Cet ο μικρον (littéralement “o petit”) étant la quinzième lettre de l’alphabet, on peut supposer qu’entre delta et omicron il y a eu d’autres variants sinon inoffensifs, du moins méconnus du grand public !
Espérons que leur recensement n’ira pas jusqu’à oméga !
Moyen de s’évader hors de ce monde — et occasion de changer de sujet — Facebook™ devient Meta, abréviation de Metavers™ !
Méta (en grec μετα) est une préposition qui possède plusieurs sens ; elle signifie en particulier “après”, dans le lieu ou dans le temps. Par exemple, la “métaphysique” s’interroge sur des notions situées “au-delà de la physique”, et notamment sur les causes de l’univers.
Par Metavers™, contraction de meta (écrit sans accent en anglais) + univers, grâce à un casque d’imagerie virtuelle, nous serons immergés dans un monde parallèle. Et même si cela ressemble encore pour le moment à de la science-fiction, mettons-nous dans la “prospective” et non dans la “rétrospective” ! Nous devrions bientôt devenir capables de voir et d’accomplir à peu près tout (travail, loisirs, achats etc.) en trois dimensions.
Preuve que le projet Meta est ambitieux, c’est le symbole de l’infini (un huit renversé) qui a été choisi pour logo !
Un autre monde avec sa géographie particulière, c’est aussi ce que pensaient les Grecs des Enfers, et que le Metropolitan Opera de New York a recréé sur scène en présentant, début décembre, Eurydice, de Matthew Aucoin, inspiré par la littérature gréco-romaine de l’Antiquité.
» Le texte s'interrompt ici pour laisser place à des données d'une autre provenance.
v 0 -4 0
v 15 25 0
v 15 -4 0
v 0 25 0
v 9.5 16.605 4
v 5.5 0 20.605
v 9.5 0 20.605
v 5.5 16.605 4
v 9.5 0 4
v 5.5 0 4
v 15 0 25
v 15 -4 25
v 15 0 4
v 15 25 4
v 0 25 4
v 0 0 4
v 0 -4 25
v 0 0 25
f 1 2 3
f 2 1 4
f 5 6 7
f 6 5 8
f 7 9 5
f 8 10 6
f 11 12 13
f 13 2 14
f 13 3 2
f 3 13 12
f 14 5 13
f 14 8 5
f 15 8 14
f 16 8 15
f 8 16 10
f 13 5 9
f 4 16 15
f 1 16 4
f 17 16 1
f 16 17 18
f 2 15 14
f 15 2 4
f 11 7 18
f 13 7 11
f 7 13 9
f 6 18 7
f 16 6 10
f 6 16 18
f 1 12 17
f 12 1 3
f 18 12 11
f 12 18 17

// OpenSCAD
// All dimensions in mm
$fn = 64;
W = 15;
L = 25;
T = 4;
module Brace()
{
    cube([W, L, T]);
    rotate([90, 0, 0]) cube([W, L, T]);
    intersection() {
      translate([0, -0.01, 0]) cube([L, L, L]);
      translate([0.5 * (W - T), -0.75 * L, 0]) translate([0, 0, T]) rotate([-45, 0, 0]) cube([T, L, L]);
    }
}




Brace();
Dans ce séjour des morts règnent Hadès et sa femme, Perséphone. L’étymologie d’Hadès est incertaine … Ce nom, en grec, désigne presque toujours le dieu, et non son royaume, auquel l’usage naturel l’a étendu plus tard : on disait que les morts se rendaient “à la maison d’Hadès”. On estimait que son royaume était souterrain, en dépit de la tendance des Grecs à localiser le séjour des morts à l’ouest (Antiquité, p. 465).
Mais bien qu’il soit un dieu redoutable — ce que renforcent son costume et le noir décor de la pièce jouée à New York — Hadès est sensible. Lorsque, le jour de son mariage, la nymphe Eurydice meurt (mordue par un serpent venimeux), son mari, le poète Orphée, éperdu de douleur, va la chercher “à la maison d’Hadès”. Sa lyre et son chant fléchissent le couple souverain des Enfers, et Orphée est autorisé à remonter à la lumière, suivi d’Eurydice, à condition qu’il ne se retourne pas pour la regarder — ce qui arrivera, fatalement.
Finalement, ce sont deux créatures de notre monde, l’une mythique, l’autre préhistorique, qui vont clore cette rétrospective “à la grecque”. Découvertes récentes et surprenantes!
La première créature est le cheval ailé Pégase (en grec Πηγασος, en latin Pegasus), dont le nom est ici associé à l’espionnage international (pourquoi ?), tandis que la seconde est un dinosaure trouvé au Chili et classé comme Stegouros (de στεγω, protéger + ουρα, la queue), à la queue très spéciale, qui fascine les paléontologues.
Bien sûr, cette rétrospective éclectique de fin 2021 n’inventorie pas les nombreux mots latins que j’ai aussi repérés dans les News.
Mais, sait-on jamais, cela pourrait faire l’objet d’un article au cours de 2022 !
Bravo, Catherine! Encore un article fort intéressant, passionnant, comme tu sais les faire. Merci !
Bravo, Catherine, et très sincèrement pour ce décodage astucieux de notre actualité qui nous vient tout droit du Royaume de l’absurde. Ce qui me conforte c’est que l’humanité en a vu d’autres et que nous voici au portail de 2022 de notre ère avec tout un bagage culturel pour nous servir de doudous et de garde-fous. Vive les humanités plurielles!